Sometimes I write poetry.
Cold Wash
The washing machine shudders across the floor,
inch by inch, sounds like a jet engine.
You’d think such force would rocket
the foaming beast even further.
Even that small step changes its view.
Quiet and resting it sees me,
sitting at the table, forcing sentiment
onto the page. Writing about feelings
that have never moved me.
Walking towards the now silent,
shaken mass, I push it firmly back,
into its place.
Hold on Tight
Daylight filters through rain-dust specks.

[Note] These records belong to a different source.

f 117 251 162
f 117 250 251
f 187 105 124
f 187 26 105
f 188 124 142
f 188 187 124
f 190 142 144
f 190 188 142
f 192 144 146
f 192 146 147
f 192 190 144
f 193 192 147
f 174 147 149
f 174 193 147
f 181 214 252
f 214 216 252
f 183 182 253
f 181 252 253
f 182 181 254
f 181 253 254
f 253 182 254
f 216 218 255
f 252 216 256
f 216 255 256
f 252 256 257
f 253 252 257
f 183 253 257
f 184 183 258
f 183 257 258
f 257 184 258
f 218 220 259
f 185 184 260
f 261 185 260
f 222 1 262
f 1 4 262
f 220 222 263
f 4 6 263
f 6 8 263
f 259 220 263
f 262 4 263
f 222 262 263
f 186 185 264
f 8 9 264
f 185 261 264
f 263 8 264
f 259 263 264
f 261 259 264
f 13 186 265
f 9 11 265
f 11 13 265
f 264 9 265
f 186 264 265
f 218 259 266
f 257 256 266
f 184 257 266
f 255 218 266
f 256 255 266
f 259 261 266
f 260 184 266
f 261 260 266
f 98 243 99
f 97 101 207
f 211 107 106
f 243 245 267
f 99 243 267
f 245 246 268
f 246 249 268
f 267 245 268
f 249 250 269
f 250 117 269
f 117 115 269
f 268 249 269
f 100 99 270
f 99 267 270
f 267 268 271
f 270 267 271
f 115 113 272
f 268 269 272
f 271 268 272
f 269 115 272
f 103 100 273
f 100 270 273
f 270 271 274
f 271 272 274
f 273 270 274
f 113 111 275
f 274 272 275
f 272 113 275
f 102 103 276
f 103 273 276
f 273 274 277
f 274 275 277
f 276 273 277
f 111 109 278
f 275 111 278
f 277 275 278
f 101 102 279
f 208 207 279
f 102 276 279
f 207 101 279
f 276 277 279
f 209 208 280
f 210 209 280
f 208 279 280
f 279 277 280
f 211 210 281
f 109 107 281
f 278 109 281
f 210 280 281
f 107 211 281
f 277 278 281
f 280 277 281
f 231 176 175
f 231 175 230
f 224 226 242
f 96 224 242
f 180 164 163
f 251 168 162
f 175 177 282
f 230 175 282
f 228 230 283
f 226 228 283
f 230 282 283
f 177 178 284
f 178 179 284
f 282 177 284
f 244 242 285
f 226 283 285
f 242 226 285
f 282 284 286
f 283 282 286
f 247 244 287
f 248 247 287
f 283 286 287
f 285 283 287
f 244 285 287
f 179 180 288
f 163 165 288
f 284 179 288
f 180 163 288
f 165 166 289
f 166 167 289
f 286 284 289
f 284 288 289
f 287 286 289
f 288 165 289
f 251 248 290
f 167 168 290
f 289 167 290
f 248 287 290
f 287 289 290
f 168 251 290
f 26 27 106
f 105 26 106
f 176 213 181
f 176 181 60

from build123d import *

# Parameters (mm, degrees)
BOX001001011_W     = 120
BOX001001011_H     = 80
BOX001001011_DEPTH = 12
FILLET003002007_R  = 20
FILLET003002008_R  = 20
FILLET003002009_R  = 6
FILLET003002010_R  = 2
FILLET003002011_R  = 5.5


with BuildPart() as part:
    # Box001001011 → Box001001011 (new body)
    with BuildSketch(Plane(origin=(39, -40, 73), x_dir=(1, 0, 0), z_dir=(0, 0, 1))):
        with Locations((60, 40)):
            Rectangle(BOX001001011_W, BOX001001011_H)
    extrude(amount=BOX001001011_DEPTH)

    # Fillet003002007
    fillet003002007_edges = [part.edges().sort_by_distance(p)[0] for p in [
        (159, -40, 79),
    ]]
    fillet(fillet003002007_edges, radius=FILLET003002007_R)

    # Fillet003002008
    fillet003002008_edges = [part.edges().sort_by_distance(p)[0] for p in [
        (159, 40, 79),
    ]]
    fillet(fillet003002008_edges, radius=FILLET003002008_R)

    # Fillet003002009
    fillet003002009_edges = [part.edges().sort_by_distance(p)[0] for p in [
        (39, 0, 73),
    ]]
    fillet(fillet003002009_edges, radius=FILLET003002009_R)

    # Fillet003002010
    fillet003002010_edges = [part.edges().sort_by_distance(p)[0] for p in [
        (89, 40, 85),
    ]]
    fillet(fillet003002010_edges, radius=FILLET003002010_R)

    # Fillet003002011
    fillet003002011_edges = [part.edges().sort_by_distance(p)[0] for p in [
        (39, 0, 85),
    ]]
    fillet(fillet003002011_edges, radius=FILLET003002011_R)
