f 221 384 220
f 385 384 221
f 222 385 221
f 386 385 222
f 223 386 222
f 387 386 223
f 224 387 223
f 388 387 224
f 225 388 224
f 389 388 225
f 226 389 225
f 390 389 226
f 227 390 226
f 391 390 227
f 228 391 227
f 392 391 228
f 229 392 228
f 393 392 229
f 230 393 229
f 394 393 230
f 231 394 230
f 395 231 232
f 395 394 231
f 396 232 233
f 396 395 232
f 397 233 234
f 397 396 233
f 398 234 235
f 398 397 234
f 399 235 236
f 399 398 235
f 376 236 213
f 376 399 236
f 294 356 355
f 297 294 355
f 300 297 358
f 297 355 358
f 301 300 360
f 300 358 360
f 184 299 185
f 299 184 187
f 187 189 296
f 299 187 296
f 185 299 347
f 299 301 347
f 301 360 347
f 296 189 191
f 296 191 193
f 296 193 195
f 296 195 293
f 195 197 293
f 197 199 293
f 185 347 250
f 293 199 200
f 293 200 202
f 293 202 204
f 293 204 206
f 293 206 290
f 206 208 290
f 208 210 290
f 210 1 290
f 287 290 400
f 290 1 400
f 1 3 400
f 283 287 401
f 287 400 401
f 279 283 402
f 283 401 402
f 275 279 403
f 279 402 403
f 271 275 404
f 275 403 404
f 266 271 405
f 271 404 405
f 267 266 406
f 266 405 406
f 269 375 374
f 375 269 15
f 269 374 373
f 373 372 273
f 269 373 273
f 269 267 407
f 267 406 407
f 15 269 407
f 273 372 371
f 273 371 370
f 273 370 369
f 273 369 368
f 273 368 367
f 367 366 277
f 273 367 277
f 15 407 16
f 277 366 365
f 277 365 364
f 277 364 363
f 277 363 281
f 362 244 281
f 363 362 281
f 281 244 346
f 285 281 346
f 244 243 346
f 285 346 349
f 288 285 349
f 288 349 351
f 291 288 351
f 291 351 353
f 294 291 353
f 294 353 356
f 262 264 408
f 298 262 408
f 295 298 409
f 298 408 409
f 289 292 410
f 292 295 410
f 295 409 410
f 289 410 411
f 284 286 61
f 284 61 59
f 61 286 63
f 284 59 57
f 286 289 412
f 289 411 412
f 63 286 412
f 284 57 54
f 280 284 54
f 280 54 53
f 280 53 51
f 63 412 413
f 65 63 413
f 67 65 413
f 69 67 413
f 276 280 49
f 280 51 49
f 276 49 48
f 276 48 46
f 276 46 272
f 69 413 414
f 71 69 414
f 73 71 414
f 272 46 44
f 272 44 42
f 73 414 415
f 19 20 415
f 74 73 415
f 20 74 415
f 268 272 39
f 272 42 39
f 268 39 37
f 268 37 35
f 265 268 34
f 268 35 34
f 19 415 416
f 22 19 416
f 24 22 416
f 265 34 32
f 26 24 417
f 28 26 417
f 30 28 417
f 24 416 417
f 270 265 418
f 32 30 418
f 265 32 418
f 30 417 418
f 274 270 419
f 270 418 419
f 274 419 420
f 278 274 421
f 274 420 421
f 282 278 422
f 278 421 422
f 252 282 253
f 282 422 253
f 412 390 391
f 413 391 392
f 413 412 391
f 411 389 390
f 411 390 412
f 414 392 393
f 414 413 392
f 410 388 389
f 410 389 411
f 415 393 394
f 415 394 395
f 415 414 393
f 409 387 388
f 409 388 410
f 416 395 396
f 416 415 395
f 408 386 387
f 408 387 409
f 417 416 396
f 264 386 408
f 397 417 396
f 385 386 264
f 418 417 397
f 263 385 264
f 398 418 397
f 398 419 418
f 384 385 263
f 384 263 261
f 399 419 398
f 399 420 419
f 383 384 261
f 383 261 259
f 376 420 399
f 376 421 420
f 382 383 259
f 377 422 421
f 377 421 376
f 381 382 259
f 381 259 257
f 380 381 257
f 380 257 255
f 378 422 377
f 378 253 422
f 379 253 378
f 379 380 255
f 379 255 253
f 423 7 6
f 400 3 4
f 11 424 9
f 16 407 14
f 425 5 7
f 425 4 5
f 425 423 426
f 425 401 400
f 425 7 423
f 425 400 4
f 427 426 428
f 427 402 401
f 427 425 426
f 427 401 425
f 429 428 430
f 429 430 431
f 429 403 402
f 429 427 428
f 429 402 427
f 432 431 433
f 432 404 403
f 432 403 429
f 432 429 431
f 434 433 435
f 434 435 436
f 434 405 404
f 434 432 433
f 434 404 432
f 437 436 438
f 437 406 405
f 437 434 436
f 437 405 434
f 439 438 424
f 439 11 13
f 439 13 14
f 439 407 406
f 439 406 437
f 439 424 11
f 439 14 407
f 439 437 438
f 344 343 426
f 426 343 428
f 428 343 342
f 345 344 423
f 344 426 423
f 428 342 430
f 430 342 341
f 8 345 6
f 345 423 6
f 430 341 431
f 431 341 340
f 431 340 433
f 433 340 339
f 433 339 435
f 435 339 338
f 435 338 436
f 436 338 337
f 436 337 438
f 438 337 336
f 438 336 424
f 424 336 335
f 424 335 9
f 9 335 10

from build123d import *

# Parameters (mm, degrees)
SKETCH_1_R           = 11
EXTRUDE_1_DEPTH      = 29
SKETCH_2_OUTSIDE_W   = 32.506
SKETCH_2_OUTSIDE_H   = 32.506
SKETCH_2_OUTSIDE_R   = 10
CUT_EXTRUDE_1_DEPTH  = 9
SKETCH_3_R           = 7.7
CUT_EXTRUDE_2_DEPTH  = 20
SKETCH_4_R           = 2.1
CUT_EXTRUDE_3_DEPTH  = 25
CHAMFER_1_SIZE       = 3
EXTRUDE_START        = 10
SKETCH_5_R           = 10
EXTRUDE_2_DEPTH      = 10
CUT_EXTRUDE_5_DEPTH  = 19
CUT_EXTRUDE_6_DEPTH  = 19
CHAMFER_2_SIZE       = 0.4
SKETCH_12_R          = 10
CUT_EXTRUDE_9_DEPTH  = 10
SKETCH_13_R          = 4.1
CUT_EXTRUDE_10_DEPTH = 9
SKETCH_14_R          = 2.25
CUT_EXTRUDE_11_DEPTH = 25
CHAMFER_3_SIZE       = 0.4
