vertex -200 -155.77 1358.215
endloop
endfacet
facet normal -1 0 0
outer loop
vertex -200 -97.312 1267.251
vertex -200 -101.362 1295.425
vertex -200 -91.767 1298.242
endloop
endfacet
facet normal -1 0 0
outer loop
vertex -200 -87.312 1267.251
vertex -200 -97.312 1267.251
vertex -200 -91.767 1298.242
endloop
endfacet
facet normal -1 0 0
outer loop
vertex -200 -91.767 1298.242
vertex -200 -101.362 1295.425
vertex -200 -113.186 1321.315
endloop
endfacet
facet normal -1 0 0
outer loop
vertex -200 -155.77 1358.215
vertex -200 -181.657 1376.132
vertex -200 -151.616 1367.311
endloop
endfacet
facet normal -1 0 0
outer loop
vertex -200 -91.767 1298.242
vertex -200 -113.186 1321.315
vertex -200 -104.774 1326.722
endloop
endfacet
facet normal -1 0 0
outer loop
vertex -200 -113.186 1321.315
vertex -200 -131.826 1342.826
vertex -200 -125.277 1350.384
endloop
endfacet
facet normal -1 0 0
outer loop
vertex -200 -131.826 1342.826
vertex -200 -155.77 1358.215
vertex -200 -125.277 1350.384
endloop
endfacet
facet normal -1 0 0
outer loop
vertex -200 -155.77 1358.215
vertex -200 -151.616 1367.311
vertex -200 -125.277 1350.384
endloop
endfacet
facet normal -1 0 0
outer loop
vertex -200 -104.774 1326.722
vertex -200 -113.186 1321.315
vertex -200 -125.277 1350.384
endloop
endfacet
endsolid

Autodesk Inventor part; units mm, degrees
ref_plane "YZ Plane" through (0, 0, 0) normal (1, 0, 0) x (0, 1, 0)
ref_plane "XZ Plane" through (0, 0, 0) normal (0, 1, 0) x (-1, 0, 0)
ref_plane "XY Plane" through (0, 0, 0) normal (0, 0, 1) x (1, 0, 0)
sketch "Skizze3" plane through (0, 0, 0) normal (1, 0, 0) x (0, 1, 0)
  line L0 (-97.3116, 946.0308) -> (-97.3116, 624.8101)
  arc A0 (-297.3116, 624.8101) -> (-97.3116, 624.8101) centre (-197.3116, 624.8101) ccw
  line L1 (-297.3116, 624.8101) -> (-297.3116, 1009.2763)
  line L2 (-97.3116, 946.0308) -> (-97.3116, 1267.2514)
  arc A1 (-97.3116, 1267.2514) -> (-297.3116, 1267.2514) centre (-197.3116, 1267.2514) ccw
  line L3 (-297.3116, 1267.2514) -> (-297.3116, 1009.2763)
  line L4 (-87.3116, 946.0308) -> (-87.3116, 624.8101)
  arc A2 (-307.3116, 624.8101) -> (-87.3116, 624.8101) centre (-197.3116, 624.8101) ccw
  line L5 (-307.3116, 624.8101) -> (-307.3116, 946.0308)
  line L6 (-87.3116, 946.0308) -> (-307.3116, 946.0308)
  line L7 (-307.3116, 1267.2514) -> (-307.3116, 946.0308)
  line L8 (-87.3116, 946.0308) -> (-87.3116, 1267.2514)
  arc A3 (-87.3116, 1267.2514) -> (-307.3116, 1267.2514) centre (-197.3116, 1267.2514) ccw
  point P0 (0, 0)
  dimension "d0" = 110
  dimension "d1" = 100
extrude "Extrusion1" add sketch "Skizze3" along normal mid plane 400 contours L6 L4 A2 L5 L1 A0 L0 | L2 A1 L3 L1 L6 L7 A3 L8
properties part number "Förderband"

Dot to dot, a map of squally days
lit by lighthouse rays,
stretching across an unmade bed.
Reflection of smudged eyes
sit in a face you don’t recognise,
bruised by the battering black,
lack of sleep, words unsaid.
Dreams, tossed under the bows
of last night’s storm,
caught in white linen foam,
splutter in the stuttering light.
Reach out. They will keep you afloat.
Stepping stones for saturated skin
waiting, when you’re ready
to begin – again.
A Clean Start
There’s something stuck
between my teeth,
left over from lunch.
Beef baguette, hand cut
chips and a side of silence.
Roll my tongue around it,
flick from side to side.
This unwelcome playmate
becomes familiar, feels at home.
I should pluck it out.
Before it sinks deeper.
Before the rot sets in.
Batch Number 131115776
They sit in a line, two by two,
homogenous, undressed, stamped.
A reflection of each other.
Waiting to be chosen.
No expectation, no consternation.
They are resigned. Quietly
they wait, only seeing the light
when the box is opened
and one is taken.
Ghost of you
A shock of white hair in the coffee shop
window makes me stop.
Almond slices and cappucino.
You’d pass me the lifestyle pages.
Latest interiors, famous faces.
We’d eat cake and chat.
I saw your jacket on the park bench,
Tweed and worn, like an old penny.
Imagined it round your shoulders,
once glove-tight but now the fit’s not right.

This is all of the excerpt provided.